About this exercise: What you give must be exactly the lines of the material from the first through the line that contains "#305=ADVANCED_FACE('',(#302),#304,.F.);", inclusive, and no others.

Data:
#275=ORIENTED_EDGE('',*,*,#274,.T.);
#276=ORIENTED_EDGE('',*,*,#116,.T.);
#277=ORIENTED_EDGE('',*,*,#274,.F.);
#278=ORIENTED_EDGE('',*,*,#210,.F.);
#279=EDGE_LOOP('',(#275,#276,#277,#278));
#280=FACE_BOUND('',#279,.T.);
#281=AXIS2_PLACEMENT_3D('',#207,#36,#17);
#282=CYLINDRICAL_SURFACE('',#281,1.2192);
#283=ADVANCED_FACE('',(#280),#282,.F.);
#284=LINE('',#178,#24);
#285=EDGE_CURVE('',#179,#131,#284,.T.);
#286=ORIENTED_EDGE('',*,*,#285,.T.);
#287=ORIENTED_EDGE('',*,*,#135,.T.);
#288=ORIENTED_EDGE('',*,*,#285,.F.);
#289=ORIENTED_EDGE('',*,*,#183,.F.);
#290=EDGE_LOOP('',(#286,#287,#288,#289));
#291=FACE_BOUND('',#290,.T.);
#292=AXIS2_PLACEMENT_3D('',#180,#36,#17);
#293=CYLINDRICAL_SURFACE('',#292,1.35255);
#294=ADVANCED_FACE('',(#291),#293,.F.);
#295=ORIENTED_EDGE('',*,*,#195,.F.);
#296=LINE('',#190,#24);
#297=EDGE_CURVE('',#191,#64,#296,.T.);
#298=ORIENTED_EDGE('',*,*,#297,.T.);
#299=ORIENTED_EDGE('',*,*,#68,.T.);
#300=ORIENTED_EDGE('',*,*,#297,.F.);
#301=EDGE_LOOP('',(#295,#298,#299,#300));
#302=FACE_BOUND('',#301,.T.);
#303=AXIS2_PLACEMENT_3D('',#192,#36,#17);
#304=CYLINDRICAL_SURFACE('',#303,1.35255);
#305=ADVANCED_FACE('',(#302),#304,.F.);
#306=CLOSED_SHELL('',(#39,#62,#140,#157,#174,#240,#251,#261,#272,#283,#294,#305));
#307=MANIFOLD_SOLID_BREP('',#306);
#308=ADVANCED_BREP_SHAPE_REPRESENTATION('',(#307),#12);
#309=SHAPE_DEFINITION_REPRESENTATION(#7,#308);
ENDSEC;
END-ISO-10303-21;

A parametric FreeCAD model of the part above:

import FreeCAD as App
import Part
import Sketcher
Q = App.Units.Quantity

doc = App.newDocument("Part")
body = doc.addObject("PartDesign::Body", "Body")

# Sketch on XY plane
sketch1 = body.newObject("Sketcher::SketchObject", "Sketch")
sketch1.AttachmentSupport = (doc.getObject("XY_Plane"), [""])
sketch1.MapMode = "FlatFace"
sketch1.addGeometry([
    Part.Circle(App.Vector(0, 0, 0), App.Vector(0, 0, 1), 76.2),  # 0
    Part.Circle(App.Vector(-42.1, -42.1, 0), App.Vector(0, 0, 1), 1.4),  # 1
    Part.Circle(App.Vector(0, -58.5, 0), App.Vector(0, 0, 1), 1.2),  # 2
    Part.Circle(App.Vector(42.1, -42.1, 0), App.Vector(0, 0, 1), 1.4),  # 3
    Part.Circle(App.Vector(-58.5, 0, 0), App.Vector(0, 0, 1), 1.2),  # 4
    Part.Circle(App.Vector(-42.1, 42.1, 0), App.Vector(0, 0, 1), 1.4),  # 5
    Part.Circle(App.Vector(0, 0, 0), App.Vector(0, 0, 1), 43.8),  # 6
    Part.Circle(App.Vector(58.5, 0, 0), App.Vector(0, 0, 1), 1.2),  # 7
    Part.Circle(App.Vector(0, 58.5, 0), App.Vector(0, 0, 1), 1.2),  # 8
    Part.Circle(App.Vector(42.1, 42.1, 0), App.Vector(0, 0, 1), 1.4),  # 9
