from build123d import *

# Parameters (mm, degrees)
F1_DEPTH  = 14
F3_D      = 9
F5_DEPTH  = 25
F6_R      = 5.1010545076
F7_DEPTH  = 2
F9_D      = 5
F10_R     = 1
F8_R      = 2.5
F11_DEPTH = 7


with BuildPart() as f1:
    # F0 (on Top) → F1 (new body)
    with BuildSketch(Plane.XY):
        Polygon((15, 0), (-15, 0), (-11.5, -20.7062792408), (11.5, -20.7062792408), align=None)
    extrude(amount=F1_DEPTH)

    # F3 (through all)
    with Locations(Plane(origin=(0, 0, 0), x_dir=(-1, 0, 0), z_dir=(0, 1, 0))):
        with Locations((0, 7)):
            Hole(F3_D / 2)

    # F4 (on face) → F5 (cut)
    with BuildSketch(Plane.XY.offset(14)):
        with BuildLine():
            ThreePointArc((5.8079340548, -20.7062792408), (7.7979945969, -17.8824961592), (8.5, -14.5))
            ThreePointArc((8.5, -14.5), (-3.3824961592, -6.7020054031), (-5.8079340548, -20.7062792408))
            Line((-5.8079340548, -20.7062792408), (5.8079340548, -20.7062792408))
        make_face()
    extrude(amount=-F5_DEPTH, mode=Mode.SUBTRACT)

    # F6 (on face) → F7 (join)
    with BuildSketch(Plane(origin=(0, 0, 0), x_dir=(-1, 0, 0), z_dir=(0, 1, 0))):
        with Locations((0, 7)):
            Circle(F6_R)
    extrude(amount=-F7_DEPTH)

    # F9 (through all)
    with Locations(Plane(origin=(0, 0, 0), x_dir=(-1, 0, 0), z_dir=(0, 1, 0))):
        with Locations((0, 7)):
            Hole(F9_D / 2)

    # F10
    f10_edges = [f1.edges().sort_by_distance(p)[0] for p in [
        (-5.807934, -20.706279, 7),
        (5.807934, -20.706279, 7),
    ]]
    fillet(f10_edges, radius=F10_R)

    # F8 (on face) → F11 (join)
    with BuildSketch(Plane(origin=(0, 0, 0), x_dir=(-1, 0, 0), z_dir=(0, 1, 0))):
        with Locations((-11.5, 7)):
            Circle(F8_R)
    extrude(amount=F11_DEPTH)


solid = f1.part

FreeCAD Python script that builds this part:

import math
import FreeCAD as App
import Part
import Sketcher
from FreeCAD import Vector
Q = App.Units.Quantity


def edges_at(feature, points):
    """Names of the edges that pass closest to the given points."""
    edges = feature.Shape.Edges
    near = lambda p: min(range(len(edges)), key=lambda i: edges[i].distToShape(Part.Vertex(*p))[0])
    return sorted({f"Edge{near(p) + 1}" for p in points})

doc = App.newDocument("Part")
body = doc.addObject("PartDesign::Body", "Body")

# Sketch on XY plane
sketch1 = body.newObject("Sketcher::SketchObject", "Sketch")
sketch1.AttachmentSupport = (doc.getObject("XY_Plane"), [""])
sketch1.MapMode = "FlatFace"
sketch1.addGeometry([
    Part.LineSegment(Vector(15, 0, 0), Vector(-15, 0, 0)),
    Part.LineSegment(Vector(-15, 0, 0), Vector(-12, -21, 0)),
    Part.LineSegment(Vector(-12, -21, 0), Vector(12, -21, 0)),
    Part.LineSegment(Vector(12, -21, 0), Vector(15, 0, 0)),
], False)
sketch1.addConstraint([
    Sketcher.Constraint("Coincident", 0, 2, 1, 1),
    Sketcher.Constraint("Coincident", 1, 2, 2, 1),
    Sketcher.Constraint("Coincident", 2, 2, 3, 1),
    Sketcher.Constraint("Coincident", 3, 2, 0, 1),
    Sketcher.Constraint("Horizontal", 0),
    Sketcher.Constraint("Horizontal", 2),
    Sketcher.Constraint("Symmetric", 0, 2, 3, 2, -1, 1),
    Sketcher.Constraint("Equal", 1, 3),
    Sketcher.Constraint("DistanceX", 0, 2, 0, 1, Q("30 mm")),
    Sketcher.Constraint("DistanceX", 2, 1, 2, 2, Q("23 mm")),
    Sketcher.Constraint("Distance", 1, Q("21 mm")),
])
pad1 = body.newObject("PartDesign::Pad", "Pad")
pad1.Profile = sketch1
pad1.Length = 14

# Sketch on XZ plane
sketch2 = body.newObject("Sketcher::SketchObject", "Sketch001")
sketch2.AttachmentSupport = (doc.getObject("XZ_Plane"), [""])
sketch2.MapMode = "FlatFace"
sketch2.addGeometry(Part.Circle(Vector(0, 7, 0), Vector(0, 0, 1), 4.5), False)
sketch2.addConstraint([
    Sketcher.Constraint("PointOnObject", 0, 3, -2),
    Sketcher.Constraint("Diameter", 0, Q("9 mm")),
    Sketcher.Constraint("DistanceY", -1, 1, 0, 3, Q("7 mm")),
])
doc.recompute()
hole = body.newObject("PartDesign::Hole", "Hole")
hole.Profile = sketch2
hole.ThreadType = "None"
hole.Diameter = 9
hole.DepthType = "ThroughAll"
hole.Reversed = True

# Sketch on XY plane
sketch3 = body.newObject("Sketcher::SketchObject", "Sketch002")
sketch3.AttachmentSupport = (doc.getObject("XY_Plane"), [""])
sketch3.MapMode = "FlatFace"
sketch3.AttachmentOffset = App.Placement(Vector(0, 0, 14), App.Rotation())
sketch3.addGeometry([
    Part.ArcOfCircle(Part.Circle(Vector(0, -14, 0), Vector(0, 0, 1), 8), math.radians(-47), math.radians(0)),
    Part.ArcOfCircle(Part.Circle(Vector(0, -14, 0), Vector(0, 0, 1), 8), math.radians(0), math.radians(227)),
    Part.LineSegment(Vector(-6, -21, 0), Vector(6, -21, 0)),
], False)
sketch3.addConstraint([
    Sketcher.Constraint("Tangent", 0, 2, 1, 1),
    Sketcher.Constraint("Coincident", 1, 2, 2, 1),
    Sketcher.Constraint("Coincident", 2, 2, 0, 1),
    Sketcher.Constraint("Horizontal", 2),
    Sketcher.Constraint("Equal", 0, 1),
    Sketcher.Constraint("PointOnObject", 0, 3, -2),
    Sketcher.Constraint("Horizontal", 1, 3, 0, 2),
    Sketcher.Constraint("Radius", 0, Q("8.5 mm")),
    Sketcher.Constraint("DistanceY", 0, 3, -1, 1, Q("14.5 mm")),
    Sketcher.Constraint("DistanceX", 2, 1, 2, 2, Q("11.615868 mm")),
])
pocket1 = body.newObject("PartDesign::Pocket", "Pocket")
pocket1.Profile = sketch3
pocket1.Length = 25

# Sketch on XZ plane
sketch4 = body.newObject("Sketcher::SketchObject", "Sketch003")
sketch4.AttachmentSupport = (doc.getObject("XZ_Plane"), [""])
sketch4.MapMode = "FlatFace"
sketch4.addGeometry(Part.Circle(Vector(0, 7, 0), Vector(0, 0, 1), 5), False)
sketch4.addConstraint([
    Sketcher.Constraint("PointOnObject", 0, 3, -2),
    Sketcher.Constraint("DistanceY", -1, 1, 0, 3, Q("7 mm")),
    Sketcher.Constraint("Diameter", 0, Q("10.202109 mm")),
])
pad2 = body.newObject("PartDesign::Pad", "Pad001")
pad2.Profile = sketch4
pad2.Length = 2

# Sketch on XZ plane
sketch5 = body.newObject("Sketcher::SketchObject", "Sketch004")
sketch5.AttachmentSupport = (doc.getObject("XZ_Plane"), [""])
sketch5.MapMode = "FlatFace"
sketch5.addGeometry(Part.Circle(Vector(0, 7, 0), Vector(0, 0, 1), 2.5), False)
sketch5.addConstraint([
    Sketcher.Constraint("PointOnObject", 0, 3, -2),
    Sketcher.Constraint("Diameter", 0, Q("5 mm")),
    Sketcher.Constraint("DistanceY", -1, 1, 0, 3, Q("7 mm")),
])
doc.recompute()
hole2 = body.newObject("PartDesign::Hole", "Hole001")
hole2.Profile = sketch5
hole2.ThreadType = "None"
hole2.Diameter = 5
hole2.DepthType = "ThroughAll"
hole2.Reversed = True
doc.recompute()

fillet = body.newObject("PartDesign::Fillet", "Fillet")
fillet.Base = (hole2, edges_at(hole2, [(-5.808, -20.706, 7), (5.808, -20.706, 7)]))
fillet.Radius = 1

# Sketch on XZ plane
sketch6 = body.newObject("Sketcher::SketchObject", "Sketch005")
sketch6.AttachmentSupport = (doc.getObject("XZ_Plane"), [""])
sketch6.MapMode = "FlatFace"
sketch6.addGeometry(Part.Circle(Vector(11.5, 7, 0), Vector(0, 0, 1), 2.5), False)
sketch6.addConstraint([
    Sketcher.Constraint("Diameter", 0, Q("5 mm")),
    Sketcher.Constraint("DistanceY", -1, 1, 0, 3, Q("7 mm")),
    Sketcher.Constraint("DistanceX", -1, 1, 0, 3, Q("11.5 mm")),
])
pad3 = body.newObject("PartDesign::Pad", "Pad002")
pad3.Profile = sketch6
pad3.Length = 7
pad3.Reversed = True

doc.recompute()
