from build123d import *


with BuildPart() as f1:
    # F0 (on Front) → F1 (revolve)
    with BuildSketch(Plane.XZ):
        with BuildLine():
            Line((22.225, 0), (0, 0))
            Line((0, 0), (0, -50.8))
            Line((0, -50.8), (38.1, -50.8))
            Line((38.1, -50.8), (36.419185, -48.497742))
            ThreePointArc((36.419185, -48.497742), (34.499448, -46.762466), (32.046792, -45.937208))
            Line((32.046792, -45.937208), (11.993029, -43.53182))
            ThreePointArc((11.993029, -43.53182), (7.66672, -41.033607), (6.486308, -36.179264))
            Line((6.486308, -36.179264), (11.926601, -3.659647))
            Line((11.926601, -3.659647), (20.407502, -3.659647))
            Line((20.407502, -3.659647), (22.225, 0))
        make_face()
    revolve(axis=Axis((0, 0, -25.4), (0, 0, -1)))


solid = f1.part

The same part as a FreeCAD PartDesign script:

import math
import FreeCAD as App
import Part
import Sketcher

V = App.Vector
Q = App.Units.Quantity

doc = App.newDocument("Part")
body = doc.addObject("PartDesign::Body", "Body")

# Sketch on XZ plane
sketch1 = body.newObject("Sketcher::SketchObject", "Sketch")
sketch1.AttachmentSupport = (doc.getObject("XZ_Plane"), [""])
sketch1.MapMode = "FlatFace"
sketch1.addGeometry([
    Part.LineSegment(V(22.2, 0, 0), V(0, 0, 0)),  # 0
    Part.LineSegment(V(0, 0, 0), V(0, -50.8, 0)),  # 1
    Part.LineSegment(V(0, -50.8, 0), V(38.1, -50.8, 0)),  # 2
    Part.LineSegment(V(38.1, -50.8, 0), V(36.4, -48.5, 0)),  # 3
    Part.ArcOfCircle(Part.Circle(V(31.3, -52.2, 0), V(0, 0, 1), 6.4), math.radians(36), math.radians(83)),  # 4
    Part.LineSegment(V(32, -45.9, 0), V(12, -43.5, 0)),  # 5
    Part.ArcOfCircle(Part.Circle(V(12.7, -37.2, 0), V(0, 0, 1), 6.4), math.radians(171), math.radians(263)),  # 6
    Part.LineSegment(V(6.5, -36.2, 0), V(11.9, -3.7, 0)),  # 7
    Part.LineSegment(V(11.9, -3.7, 0), V(20.4, -3.7, 0)),  # 8
    Part.LineSegment(V(20.4, -3.7, 0), V(22.2, 0, 0)),  # 9
], False)
sketch1.addConstraint([
    Sketcher.Constraint("Coincident", 0, 2, 1, 1),
    Sketcher.Constraint("Coincident", 1, 2, 2, 1),
    Sketcher.Constraint("Coincident", 2, 2, 3, 1),
    Sketcher.Constraint("Tangent", 3, 2, 4, 1),
    Sketcher.Constraint("Tangent", 4, 2, 5, 1),
    Sketcher.Constraint("Tangent", 5, 2, 6, 2),
    Sketcher.Constraint("Tangent", 6, 1, 7, 1),
    Sketcher.Constraint("Coincident", 7, 2, 8, 1),
    Sketcher.Constraint("Coincident", 8, 2, 9, 1),
    Sketcher.Constraint("Coincident", 9, 2, 0, 1),
    Sketcher.Constraint("Horizontal", 0),
    Sketcher.Constraint("Vertical", 1),
    Sketcher.Constraint("Horizontal", 2),
    Sketcher.Constraint("Horizontal", 8),
    Sketcher.Constraint("Coincident", 0, 2, -1, 1),
    Sketcher.Constraint("Equal", 4, 6),
    Sketcher.Constraint("DistanceY", 1, 2, 1, 1, Q("2 in")),
    Sketcher.Constraint("Radius", 4, Q("0.25 in")),
    Sketcher.Constraint("DistanceX", 2, 1, 2, 2, Q("1.5 in")),
    Sketcher.Constraint("DistanceX", 0, 2, 0, 1, Q("0.875 in")),
    Sketcher.Constraint("DistanceX", 8, 1, 8, 2, 8.480901),
    Sketcher.Constraint("DistanceX", 6, 1, 5, 2, Q("0.2168 in")),
    Sketcher.Constraint("DistanceY", 6, 1, 7, 2, Q("1.2802999 in")),
    Sketcher.Constraint("DistanceX", -1, 1, 7, 2, 11.926601),
    Sketcher.Constraint("Distance", 3, 2.850532),
    Sketcher.Constraint("DistanceX", -1, 1, 5, 2, 11.993029),
    Sketcher.Constraint("DistanceY", 5, 2, -1, 1, 43.53182),
])
revolution = body.newObject("PartDesign::Revolution", "Revolution")
revolution.Profile = sketch1
revolution.ReferenceAxis = (sketch1, ["V_Axis"])
revolution.Angle = 360

doc.recompute()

Response:
#275=ORIENTED_EDGE('',*,*,#274,.T.);
#276=ORIENTED_EDGE('',*,*,#116,.T.);
#277=ORIENTED_EDGE('',*,*,#274,.F.);
#278=ORIENTED_EDGE('',*,*,#210,.F.);
#279=EDGE_LOOP('',(#275,#276,#277,#278));
#280=FACE_BOUND('',#279,.T.);
#281=AXIS2_PLACEMENT_3D('',#207,#36,#17);
#282=CYLINDRICAL_SURFACE('',#281,1.2192);
#283=ADVANCED_FACE('',(#280),#282,.F.);
#284=LINE('',#178,#24);
#285=EDGE_CURVE('',#179,#131,#284,.T.);
#286=ORIENTED_EDGE('',*,*,#285,.T.);
#287=ORIENTED_EDGE('',*,*,#135,.T.);
#288=ORIENTED_EDGE('',*,*,#285,.F.);
#289=ORIENTED_EDGE('',*,*,#183,.F.);
#290=EDGE_LOOP('',(#286,#287,#288,#289));
#291=FACE_BOUND('',#290,.T.);
#292=AXIS2_PLACEMENT_3D('',#180,#36,#17);
#293=CYLINDRICAL_SURFACE('',#292,1.35255);
#294=ADVANCED_FACE('',(#291),#293,.F.);
#295=ORIENTED_EDGE('',*,*,#195,.F.);
#296=LINE('',#190,#24);
#297=EDGE_CURVE('',#191,#64,#296,.T.);
#298=ORIENTED_EDGE('',*,*,#297,.T.);
#299=ORIENTED_EDGE('',*,*,#68,.T.);
#300=ORIENTED_EDGE('',*,*,#297,.F.);
#301=EDGE_LOOP('',(#295,#298,#299,#300));
#302=FACE_BOUND('',#301,.T.);
#303=AXIS2_PLACEMENT_3D('',#192,#36,#17);
#304=CYLINDRICAL_SURFACE('',#303,1.35255);
#305=ADVANCED_FACE('',(#302),#304,.F.);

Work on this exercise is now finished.